• Claire

Confessions of an Awkward Law Student


I began my Juris Doctor feeling awkward. Our introduction day featured plenty of free finger food and back patting in the shiny law building, before we were instructed to 'mingle' with the other students. Already the social groups had begun to form. There were the popular kids, who already seemed to know one another and smiled easily. The mature-mature agers besotted themselves with lectures and began in depth conversations about what they'd already studied.

I'd made a few mistakes in my attire: I wore a sparkly, golden, vintage jumper with sequinned flowers that showed a few of my bad tattoos and I'd showered before riding my bike to school, resulting in a lion-like beehive atop my overwhelmed head. Everyone else seemed to be in neat casual. I fumbled with a few woeful conversation starters, shoved a sandwich in my mouth and hid in the toilets. At 23, it felt like high school all over again.

More than halfway through I'd like to say the awkward has passed, but it hasn't. Although my grades are good, my attendance is terrible. This semester I've been to the bottle shop around the corner more than I've been in to university. I've never been to a single function. I've accumulated more large, regrettable tattoos, and quite a few more bad sparkly jumpers. I've made a couple of wonderful friends, but by and large I'm a law-school outer – rarely there, rarely engaged, and regrettably out of touch.

I love studying law, and I hate it. I've wished a few times to begin from the beginning, get involved in the social side of things, maybe even participate in the LSS/law camp/a ball or two. I haven't because it seems at odds with myself. This makes me worry that when it comes to job hunt, I'll be a woeful lawyer, or worse, unemployable.

I do a lot outside of university – I volunteer, write for magazines, work in a café and terrorise my boyfriend/cat. But I am secretly writing a teen fantasy novel (here's another awkward bit: I took a year off before postgrad to write my first novel, which was universally regarded as dreadful) and in my lowest law moments I hope that before degree's end a publisher will pick it up, hand me a six-figure cheque to write more, and I can eschew this law thing.
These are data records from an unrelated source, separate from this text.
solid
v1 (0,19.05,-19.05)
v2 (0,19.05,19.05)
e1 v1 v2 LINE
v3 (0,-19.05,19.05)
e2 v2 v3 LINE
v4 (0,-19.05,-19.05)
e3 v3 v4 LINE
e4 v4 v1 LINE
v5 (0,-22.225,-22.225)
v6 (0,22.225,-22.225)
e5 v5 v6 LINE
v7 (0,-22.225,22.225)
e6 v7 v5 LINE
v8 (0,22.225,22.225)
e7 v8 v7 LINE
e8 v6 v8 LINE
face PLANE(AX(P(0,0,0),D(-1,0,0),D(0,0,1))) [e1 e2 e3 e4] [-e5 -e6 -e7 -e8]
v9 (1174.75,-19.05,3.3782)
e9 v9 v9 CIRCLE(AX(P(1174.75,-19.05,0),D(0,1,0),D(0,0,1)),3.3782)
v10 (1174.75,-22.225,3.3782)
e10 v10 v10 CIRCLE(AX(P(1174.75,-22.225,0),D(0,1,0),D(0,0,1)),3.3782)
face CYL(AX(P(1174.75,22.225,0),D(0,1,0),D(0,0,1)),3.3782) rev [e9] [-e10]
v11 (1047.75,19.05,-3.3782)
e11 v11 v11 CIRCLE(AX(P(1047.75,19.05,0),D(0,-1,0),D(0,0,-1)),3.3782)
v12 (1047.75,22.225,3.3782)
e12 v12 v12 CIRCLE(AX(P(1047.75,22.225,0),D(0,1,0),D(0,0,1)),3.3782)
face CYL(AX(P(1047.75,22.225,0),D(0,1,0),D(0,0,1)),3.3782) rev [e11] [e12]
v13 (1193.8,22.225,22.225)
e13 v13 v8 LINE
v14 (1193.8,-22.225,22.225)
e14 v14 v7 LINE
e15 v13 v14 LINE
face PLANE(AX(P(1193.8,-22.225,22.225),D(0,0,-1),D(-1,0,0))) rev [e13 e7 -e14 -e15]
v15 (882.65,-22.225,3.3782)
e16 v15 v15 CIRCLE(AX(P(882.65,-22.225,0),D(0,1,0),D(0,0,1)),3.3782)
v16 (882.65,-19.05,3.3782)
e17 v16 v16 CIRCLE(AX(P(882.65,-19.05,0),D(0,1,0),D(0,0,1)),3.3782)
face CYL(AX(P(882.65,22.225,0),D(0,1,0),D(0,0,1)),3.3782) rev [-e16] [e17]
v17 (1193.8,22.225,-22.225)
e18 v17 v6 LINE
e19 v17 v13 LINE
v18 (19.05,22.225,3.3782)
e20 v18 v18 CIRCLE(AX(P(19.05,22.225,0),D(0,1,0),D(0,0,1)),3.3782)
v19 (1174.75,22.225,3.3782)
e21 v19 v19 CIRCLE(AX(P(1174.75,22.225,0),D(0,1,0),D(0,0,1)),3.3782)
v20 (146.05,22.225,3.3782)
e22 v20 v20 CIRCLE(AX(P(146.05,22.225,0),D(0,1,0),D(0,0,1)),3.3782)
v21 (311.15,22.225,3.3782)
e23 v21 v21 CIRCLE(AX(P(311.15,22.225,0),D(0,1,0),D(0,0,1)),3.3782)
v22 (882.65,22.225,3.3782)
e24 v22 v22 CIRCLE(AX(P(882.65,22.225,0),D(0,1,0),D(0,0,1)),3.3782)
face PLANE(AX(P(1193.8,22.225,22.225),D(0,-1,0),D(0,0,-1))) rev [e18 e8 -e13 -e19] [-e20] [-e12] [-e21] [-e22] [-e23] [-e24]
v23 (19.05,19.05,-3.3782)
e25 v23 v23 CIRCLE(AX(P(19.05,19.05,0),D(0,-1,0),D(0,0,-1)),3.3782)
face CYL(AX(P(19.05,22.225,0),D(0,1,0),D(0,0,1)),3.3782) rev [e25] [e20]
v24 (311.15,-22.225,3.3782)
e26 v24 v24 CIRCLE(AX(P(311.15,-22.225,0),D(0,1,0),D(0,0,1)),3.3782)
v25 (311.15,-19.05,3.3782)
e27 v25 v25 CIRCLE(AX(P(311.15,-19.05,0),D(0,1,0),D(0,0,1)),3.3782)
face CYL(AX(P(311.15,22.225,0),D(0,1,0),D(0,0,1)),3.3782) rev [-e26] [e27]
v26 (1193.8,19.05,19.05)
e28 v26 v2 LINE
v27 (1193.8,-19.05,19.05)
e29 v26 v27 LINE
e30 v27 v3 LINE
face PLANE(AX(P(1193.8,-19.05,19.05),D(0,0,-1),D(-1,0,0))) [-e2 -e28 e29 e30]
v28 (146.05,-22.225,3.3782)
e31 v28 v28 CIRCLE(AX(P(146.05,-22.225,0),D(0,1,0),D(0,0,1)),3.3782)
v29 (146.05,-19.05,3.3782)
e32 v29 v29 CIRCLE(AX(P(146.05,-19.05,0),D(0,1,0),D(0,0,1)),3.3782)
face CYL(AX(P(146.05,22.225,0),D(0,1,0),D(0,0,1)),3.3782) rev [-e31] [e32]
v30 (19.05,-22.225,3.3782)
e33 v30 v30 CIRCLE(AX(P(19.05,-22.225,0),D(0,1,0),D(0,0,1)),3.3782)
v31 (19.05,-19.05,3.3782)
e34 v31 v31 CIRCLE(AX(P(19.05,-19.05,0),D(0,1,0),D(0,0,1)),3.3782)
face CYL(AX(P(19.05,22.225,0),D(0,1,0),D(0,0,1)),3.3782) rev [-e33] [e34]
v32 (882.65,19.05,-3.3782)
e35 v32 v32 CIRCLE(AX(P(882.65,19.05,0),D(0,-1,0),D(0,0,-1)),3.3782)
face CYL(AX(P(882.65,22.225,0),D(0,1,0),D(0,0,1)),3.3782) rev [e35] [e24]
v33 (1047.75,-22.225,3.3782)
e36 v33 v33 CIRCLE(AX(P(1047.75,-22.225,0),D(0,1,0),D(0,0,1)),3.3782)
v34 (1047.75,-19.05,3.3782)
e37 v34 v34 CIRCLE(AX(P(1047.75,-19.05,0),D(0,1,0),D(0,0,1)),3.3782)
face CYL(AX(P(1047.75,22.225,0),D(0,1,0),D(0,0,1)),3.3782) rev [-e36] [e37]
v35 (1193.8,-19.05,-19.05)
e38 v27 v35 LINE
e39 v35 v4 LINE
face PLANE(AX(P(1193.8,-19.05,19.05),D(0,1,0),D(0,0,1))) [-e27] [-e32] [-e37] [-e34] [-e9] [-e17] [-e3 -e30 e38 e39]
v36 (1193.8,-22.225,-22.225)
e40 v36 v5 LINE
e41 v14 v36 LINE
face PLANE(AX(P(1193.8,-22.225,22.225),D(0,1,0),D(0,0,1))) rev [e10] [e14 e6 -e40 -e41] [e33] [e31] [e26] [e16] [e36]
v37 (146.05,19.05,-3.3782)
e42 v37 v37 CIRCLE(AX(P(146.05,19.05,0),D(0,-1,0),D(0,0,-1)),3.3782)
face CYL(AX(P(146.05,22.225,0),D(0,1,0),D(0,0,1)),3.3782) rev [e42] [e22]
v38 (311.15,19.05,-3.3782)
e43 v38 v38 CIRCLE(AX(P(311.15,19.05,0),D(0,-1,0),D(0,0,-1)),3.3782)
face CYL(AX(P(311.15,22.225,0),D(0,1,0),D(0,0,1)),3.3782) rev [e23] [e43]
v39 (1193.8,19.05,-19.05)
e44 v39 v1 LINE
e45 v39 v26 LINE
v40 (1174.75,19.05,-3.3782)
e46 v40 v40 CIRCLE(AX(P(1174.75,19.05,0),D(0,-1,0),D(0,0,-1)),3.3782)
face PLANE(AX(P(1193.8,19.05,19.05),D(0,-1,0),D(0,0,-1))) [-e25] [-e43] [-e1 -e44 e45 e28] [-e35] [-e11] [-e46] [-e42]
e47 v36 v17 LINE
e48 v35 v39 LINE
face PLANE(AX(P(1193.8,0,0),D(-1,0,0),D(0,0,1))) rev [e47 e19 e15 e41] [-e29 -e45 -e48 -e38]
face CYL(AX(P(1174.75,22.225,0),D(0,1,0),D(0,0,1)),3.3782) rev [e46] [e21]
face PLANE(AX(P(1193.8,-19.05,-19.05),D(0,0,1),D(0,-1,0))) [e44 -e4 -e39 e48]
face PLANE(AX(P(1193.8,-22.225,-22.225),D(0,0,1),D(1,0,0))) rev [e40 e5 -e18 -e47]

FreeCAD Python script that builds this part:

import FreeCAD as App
import Part
import Sketcher

V = App.Vector
Q = App.Units.Quantity

doc = App.newDocument("Part")
body = doc.addObject("PartDesign::Body", "Body")

# Sketch on YZ plane
sketch1 = body.newObject("Sketcher::SketchObject", "Sketch")
sketch1.AttachmentSupport = (doc.getObject("YZ_Plane"), [""])
sketch1.MapMode = "FlatFace"
sketch1.addGeometry(Part.LineSegment(V(22.225, 22.225, 0), V(-22.225, 22.225, 0)), False)
sketch1.addGeometry(Part.LineSegment(V(-22.225, 22.225, 0), V(-22.225, -22.225, 0)), False)
sketch1.addGeometry(Part.LineSegment(V(-22.225, -22.225, 0), V(22.225, -22.225, 0)), False)
sketch1.addGeometry(Part.LineSegment(V(22.225, -22.225, 0), V(22.225, 22.225, 0)), False)
sketch1.addGeometry(Part.LineSegment(V(-19.05, -19.05, 0), V(-19.05, 19.05, 0)), False)
sketch1.addGeometry(Part.LineSegment(V(-19.05, 19.05, 0), V(19.05, 19.05, 0)), False)
sketch1.addGeometry(Part.LineSegment(V(19.05, 19.05, 0), V(19.05, -19.05, 0)), False)
sketch1.addGeometry(Part.LineSegment(V(19.05, -19.05, 0), V(-19.05, -19.05, 0)), False)
sketch1.addConstraint(Sketcher.Constraint("Coincident", 0, 2, 1, 1))
sketch1.addConstraint(Sketcher.Constraint("Coincident", 1, 2, 2, 1))
sketch1.addConstraint(Sketcher.Constraint("Coincident", 2, 2, 3, 1))
sketch1.addConstraint(Sketcher.Constraint("Coincident", 3, 2, 0, 1))
sketch1.addConstraint(Sketcher.Constraint("Coincident", 4, 2, 5, 1))
sketch1.addConstraint(Sketcher.Constraint("Coincident", 5, 2, 6, 1))
sketch1.addConstraint(Sketcher.Constraint("Coincident", 6, 2, 7, 1))
sketch1.addConstraint(Sketcher.Constraint("Coincident", 7, 2, 4, 1))
sketch1.addConstraint(Sketcher.Constraint("Horizontal", 0))
sketch1.addConstraint(Sketcher.Constraint("Vertical", 1))
sketch1.addConstraint(Sketcher.Constraint("Horizontal", 2))
sketch1.addConstraint(Sketcher.Constraint("Vertical", 3))
sketch1.addConstraint(Sketcher.Constraint("Vertical", 4))
sketch1.addConstraint(Sketcher.Constraint("Horizontal", 5))
sketch1.addConstraint(Sketcher.Constraint("Vertical", 6))
sketch1.addConstraint(Sketcher.Constraint("Horizontal", 7))
sketch1.addConstraint(Sketcher.Constraint("Symmetric", 0, 2, 2, 2, -1, 1))
sketch1.addConstraint(Sketcher.Constraint("Symmetric", 4, 2, 6, 2, -1, 1))
sketch1.addConstraint(Sketcher.Constraint("Equal", 2, 1))
sketch1.addConstraint(Sketcher.Constraint("Equal", 7, 4))
sketch1.addConstraint(Sketcher.Constraint("DistanceX", 5, 1, 5, 2, Q("1.5 in")))
sketch1.addConstraint(Sketcher.Constraint("DistanceX", 0, 2, 0, 1, Q("1.75 in")))
pad1 = body.newObject("PartDesign::Pad", "Pad")
pad1.Profile = sketch1
pad1.Length = Q("47 in")

# Sketch on XZ plane
sketch2 = body.newObject("Sketcher::SketchObject", "Sketch001")
sketch2.AttachmentSupport = (doc.getObject("XZ_Plane"), [""])
sketch2.MapMode = "FlatFace"
sketch2.AttachmentOffset = App.Placement(V(0, 0, -0.875 * 25.4), App.Rotation())
sketch2.addGeometry(Part.Circle(V(311.15, 0, 0), V(0, 0, 1), 3.3782), False)
sketch2.addGeometry(Part.Circle(V(146.05, 0, 0), V(0, 0, 1), 3.3782), False)
sketch2.addGeometry(Part.Circle(V(19.05, 0, 0), V(0, 0, 1), 3.3782), False)
sketch2.addGeometry(Part.Circle(V(1174.75, 0, 0), V(0, 0, 1), 3.3782), False)
sketch2.addGeometry(Part.Circle(V(1047.75, 0, 0), V(0, 0, 1), 3.3782), False)
sketch2.addGeometry(Part.Circle(V(882.65, 0, 0), V(0, 0, 1), 3.3782), False)
sketch2.addConstraint(Sketcher.Constraint("Equal", 0, 1))
sketch2.addConstraint(Sketcher.Constraint("Equal", 1, 2))
sketch2.addConstraint(Sketcher.Constraint("Equal", 2, 3))
sketch2.addConstraint(Sketcher.Constraint("Equal", 3, 4))
sketch2.addConstraint(Sketcher.Constraint("Equal", 4, 5))
sketch2.addConstraint(Sketcher.Constraint("PointOnObject", 0, 3, -1))
sketch2.addConstraint(Sketcher.Constraint("PointOnObject", 1, 3, -1))
sketch2.addConstraint(Sketcher.Constraint("PointOnObject", 2, 3, -1))
sketch2.addConstraint(Sketcher.Constraint("PointOnObject", 3, 3, -1))
sketch2.addConstraint(Sketcher.Constraint("PointOnObject", 4, 3, -1))
sketch2.addConstraint(Sketcher.Constraint("PointOnObject", 5, 3, -1))
sketch2.addConstraint(Sketcher.Constraint("Diameter", 0, Q("0.266 in")))
sketch2.addConstraint(Sketcher.Constraint("DistanceX", 2, 3, 1, 3, Q("5 in")))
sketch2.addConstraint(Sketcher.Constraint("DistanceX", 0, 3, 3, 3, Q("34 in")))
sketch2.addConstraint(Sketcher.Constraint("DistanceX", 4, 3, 3, 3, Q("5 in")))
sketch2.addConstraint(Sketcher.Constraint("DistanceX", 1, 3, 5, 3, Q("29 in")))
sketch2.addConstraint(Sketcher.Constraint("DistanceX", 1, 3, 0, 3, Q("6.5 in")))
sketch2.addConstraint(Sketcher.Constraint("DistanceX", -1, 1, 0, 3, Q("12.25 in")))
doc.recompute()
hole = body.newObject("PartDesign::Hole", "Hole")
hole.Profile = sketch2
hole.ThreadType = "None"
hole.Diameter = Q("0.266 in")
hole.DepthType = "ThroughAll"
hole.Reversed = True

doc.recompute()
My feelings toward people who are immersed in the law-school world used to seesaw between envy and resentment. I've since realised they're just different people who are better suited to that environment. They will go on to do remarkable things with their careers, and they deserve it. Now I admire the commitment of my law-loving peers.
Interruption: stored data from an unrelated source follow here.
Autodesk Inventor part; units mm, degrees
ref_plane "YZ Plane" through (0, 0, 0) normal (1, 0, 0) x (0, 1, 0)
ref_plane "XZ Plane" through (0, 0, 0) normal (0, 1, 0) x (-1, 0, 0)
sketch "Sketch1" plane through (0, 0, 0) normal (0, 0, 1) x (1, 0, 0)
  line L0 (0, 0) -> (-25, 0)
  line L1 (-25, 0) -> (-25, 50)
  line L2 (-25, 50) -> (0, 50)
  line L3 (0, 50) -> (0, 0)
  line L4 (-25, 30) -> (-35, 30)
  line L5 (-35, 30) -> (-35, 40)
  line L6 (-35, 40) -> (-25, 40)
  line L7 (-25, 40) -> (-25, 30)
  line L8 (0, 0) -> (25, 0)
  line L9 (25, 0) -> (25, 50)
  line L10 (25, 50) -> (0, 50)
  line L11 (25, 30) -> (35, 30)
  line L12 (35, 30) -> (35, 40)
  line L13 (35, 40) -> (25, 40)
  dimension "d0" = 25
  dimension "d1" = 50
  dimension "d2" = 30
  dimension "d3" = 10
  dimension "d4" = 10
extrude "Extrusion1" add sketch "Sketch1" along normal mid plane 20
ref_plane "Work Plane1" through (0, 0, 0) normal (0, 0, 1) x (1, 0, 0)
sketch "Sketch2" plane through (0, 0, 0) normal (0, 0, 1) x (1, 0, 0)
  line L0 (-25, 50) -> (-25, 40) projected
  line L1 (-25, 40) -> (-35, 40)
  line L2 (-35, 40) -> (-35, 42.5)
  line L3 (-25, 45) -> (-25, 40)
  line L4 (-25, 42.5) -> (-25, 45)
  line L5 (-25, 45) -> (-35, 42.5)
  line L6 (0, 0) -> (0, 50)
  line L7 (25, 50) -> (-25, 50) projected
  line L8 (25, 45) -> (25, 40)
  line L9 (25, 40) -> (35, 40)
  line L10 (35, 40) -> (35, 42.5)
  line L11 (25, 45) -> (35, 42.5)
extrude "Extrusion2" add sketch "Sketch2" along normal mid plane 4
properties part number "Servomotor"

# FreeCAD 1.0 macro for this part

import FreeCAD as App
import Part
import Sketcher

V = App.Vector

doc = App.newDocument("Part")
params = doc.addObject("Spreadsheet::Sheet", "Params")
for row, (alias, value) in enumerate([
    ("sketch1_width", "50 mm"),
    ("sketch1_width2", "10 mm"),
    ("sketch1_height", "30 mm"),
    ("pad1_length", "20 mm"),
    ("sketch2_width", "10 mm"),
    ("sketch2_height", "5 mm"),
    ("sketch2_height2", "2.5 mm"),
    ("pad2_length", "4 mm"),
], start=1):
    params.set(f"A{row}", alias)
    params.set(f"B{row}", "=" + value)
    params.setAlias(f"B{row}", alias)

body = doc.addObject("PartDesign::Body", "Body")

sketch1 = body.newObject("Sketcher::SketchObject", "Sketch")
sketch1.AttachmentSupport = (doc.getObject("XY_Plane"), [""])
sketch1.MapMode = "FlatFace"
sketch1.addGeometry([
    Part.LineSegment(V(-25, 0, 0), V(25, 0, 0)),
    Part.LineSegment(V(25, 0, 0), V(25, 30, 0)),
    Part.LineSegment(V(25, 30, 0), V(35, 30, 0)),
    Part.LineSegment(V(35, 30, 0), V(35, 40, 0)),
    Part.LineSegment(V(35, 40, 0), V(25, 40, 0)),
    Part.LineSegment(V(25, 40, 0), V(25, 50, 0)),
    Part.LineSegment(V(25, 50, 0), V(-25, 50, 0)),
    Part.LineSegment(V(-25, 50, 0), V(-25, 40, 0)),
    Part.LineSegment(V(-25, 40, 0), V(-35, 40, 0)),
    Part.LineSegment(V(-35, 40, 0), V(-35, 30, 0)),
    Part.LineSegment(V(-35, 30, 0), V(-25, 30, 0)),
    Part.LineSegment(V(-25, 30, 0), V(-25, 0, 0)),
], False)
sketch1.addConstraint([
    Sketcher.Constraint("Coincident", 0, 2, 1, 1),
    Sketcher.Constraint("Coincident", 1, 2, 2, 1),
    Sketcher.Constraint("Coincident", 2, 2, 3, 1),
    Sketcher.Constraint("Coincident", 3, 2, 4, 1),
    Sketcher.Constraint("Coincident", 4, 2, 5, 1),
    Sketcher.Constraint("Coincident", 5, 2, 6, 1),
    Sketcher.Constraint("Coincident", 6, 2, 7, 1),
    Sketcher.Constraint("Coincident", 7, 2, 8, 1),
    Sketcher.Constraint("Coincident", 8, 2, 9, 1),
    Sketcher.Constraint("Coincident", 9, 2, 10, 1),
    Sketcher.Constraint("Coincident", 10, 2, 11, 1),
    Sketcher.Constraint("Coincident", 11, 2, 0, 1),
    Sketcher.Constraint("Horizontal", 0),
    Sketcher.Constraint("Vertical", 1),
    Sketcher.Constraint("Horizontal", 2),
    Sketcher.Constraint("Vertical", 3),
    Sketcher.Constraint("Horizontal", 4),
    Sketcher.Constraint("Vertical", 5),
    Sketcher.Constraint("Horizontal", 6),
    Sketcher.Constraint("Vertical", 7),
    Sketcher.Constraint("Horizontal", 8),
    Sketcher.Constraint("Vertical", 9),
    Sketcher.Constraint("Horizontal", 10),
    Sketcher.Constraint("Vertical", 11),
    Sketcher.Constraint("Symmetric", 0, 2, 11, 2, -1, 1),
    Sketcher.Constraint("Symmetric", 4, 2, 7, 2, -2),
    Sketcher.Constraint("Symmetric", 2, 2, 9, 2, -2),
    Sketcher.Constraint("Vertical", 1, 2, 4, 2),
    Sketcher.Constraint("Equal", 10, 3),
    Sketcher.Constraint("Equal", 3, 5),
    Sketcher.Constraint("DistanceX", 0, 1, 0, 2, 50.0),
    Sketcher.Constraint("DistanceX", 2, 1, 2, 2, 10.0),
    Sketcher.Constraint("DistanceY", 1, 1, 1, 2, 30.0),
])
sketch1.setExpression("Constraints[30]", "Params.sketch1_width")
sketch1.setExpression("Constraints[31]", "Params.sketch1_width2")
sketch1.setExpression("Constraints[32]", "Params.sketch1_height")
pad1 = body.newObject("PartDesign::Pad", "Pad")
pad1.Profile = sketch1
pad1.setExpression("Length", "Params.pad1_length")
pad1.Midplane = True

sketch2 = body.newObject("Sketcher::SketchObject", "Sketch001")
sketch2.AttachmentSupport = (doc.getObject("XY_Plane"), [""])
sketch2.MapMode = "FlatFace"
sketch2.addGeometry([
    Part.LineSegment(V(-25, 40, 0), V(-25, 45, 0)),
    Part.LineSegment(V(-25, 45, 0), V(-35, 42.5, 0)),
    Part.LineSegment(V(-35, 42.5, 0), V(-35, 40, 0)),
    Part.LineSegment(V(-35, 40, 0), V(-25, 40, 0)),
    Part.LineSegment(V(35, 42.5, 0), V(25, 45, 0)),
    Part.LineSegment(V(25, 45, 0), V(25, 40, 0)),
    Part.LineSegment(V(25, 40, 0), V(35, 40, 0)),
    Part.LineSegment(V(35, 40, 0), V(35, 42.5, 0)),
], False)
sketch2.addConstraint([
    Sketcher.Constraint("Coincident", 0, 2, 1, 1),
    Sketcher.Constraint("Coincident", 1, 2, 2, 1),
    Sketcher.Constraint("Coincident", 2, 2, 3, 1),
    Sketcher.Constraint("Coincident", 3, 2, 0, 1),
    Sketcher.Constraint("Coincident", 4, 2, 5, 1),
    Sketcher.Constraint("Coincident", 5, 2, 6, 1),
    Sketcher.Constraint("Coincident", 6, 2, 7, 1),
    Sketcher.Constraint("Coincident", 7, 2, 4, 1),
    Sketcher.Constraint("Vertical", 0),
    Sketcher.Constraint("Vertical", 2),
    Sketcher.Constraint("Horizontal", 3),
    Sketcher.Constraint("Vertical", 5),
    Sketcher.Constraint("Horizontal", 6),
    Sketcher.Constraint("Vertical", 7),
    Sketcher.Constraint("Symmetric", 0, 2, 4, 2, -2),
    Sketcher.Constraint("Symmetric", 2, 2, 6, 2, -2),
    Sketcher.Constraint("Horizontal", 1, 2, 7, 2),
    Sketcher.Constraint("DistanceX", 3, 1, 3, 2, 10.0),
    Sketcher.Constraint("DistanceY", 0, 1, 0, 2, 5.0),
    Sketcher.Constraint("DistanceY", 2, 2, 2, 1, 2.5),
    Sketcher.Constraint("DistanceX", 0, 2, -1, 1, 25.0),
    Sketcher.Constraint("DistanceY", -1, 1, 0, 2, 45.0),
])
sketch2.setExpression("Constraints[17]", "Params.sketch2_width")
sketch2.setExpression("Constraints[18]", "Params.sketch2_height")
sketch2.setExpression("Constraints[19]", "Params.sketch2_height2")
pad2 = body.newObject("PartDesign::Pad", "Pad001")
pad2.Profile = sketch2
pad2.setExpression("Length", "Params.pad2_length")
pad2.Midplane = True

doc.recompute()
I feel there is hope for me, and law students like me. We're employable in a different way – maybe not in the law, but somewhere where our combination of skills (and hopefully, ability to get decent marks despite rarely attending lectures) and experience will make us valuable. I have no idea where I'll end up, but it probably won’t be in the law. That doesn't mean my degree won't be worth it – I have learned an enormous amount, and a lot more about myself.

Last year I spoke to a lawyer who was horrified by the tennis ball-sized lotus flowers stamped to each of my wrists. She asked if laser surgery was an option, and when I told her it was way out of my financial means, she said I'd need to invest in some long sleeved shirts and hope no one ever saw them. At the time I was distraught, but now I want to work somewhere where they're not regrettable but demonstrative of all the different, silly, wonderful experiences I've had.

Law school is awkward for some of us, but that doesn't mean we can't come out the other end: well educated, employable, badly tattooed and happy with our decisions. It's taken a while, but at 25 I'm finally happy with mine.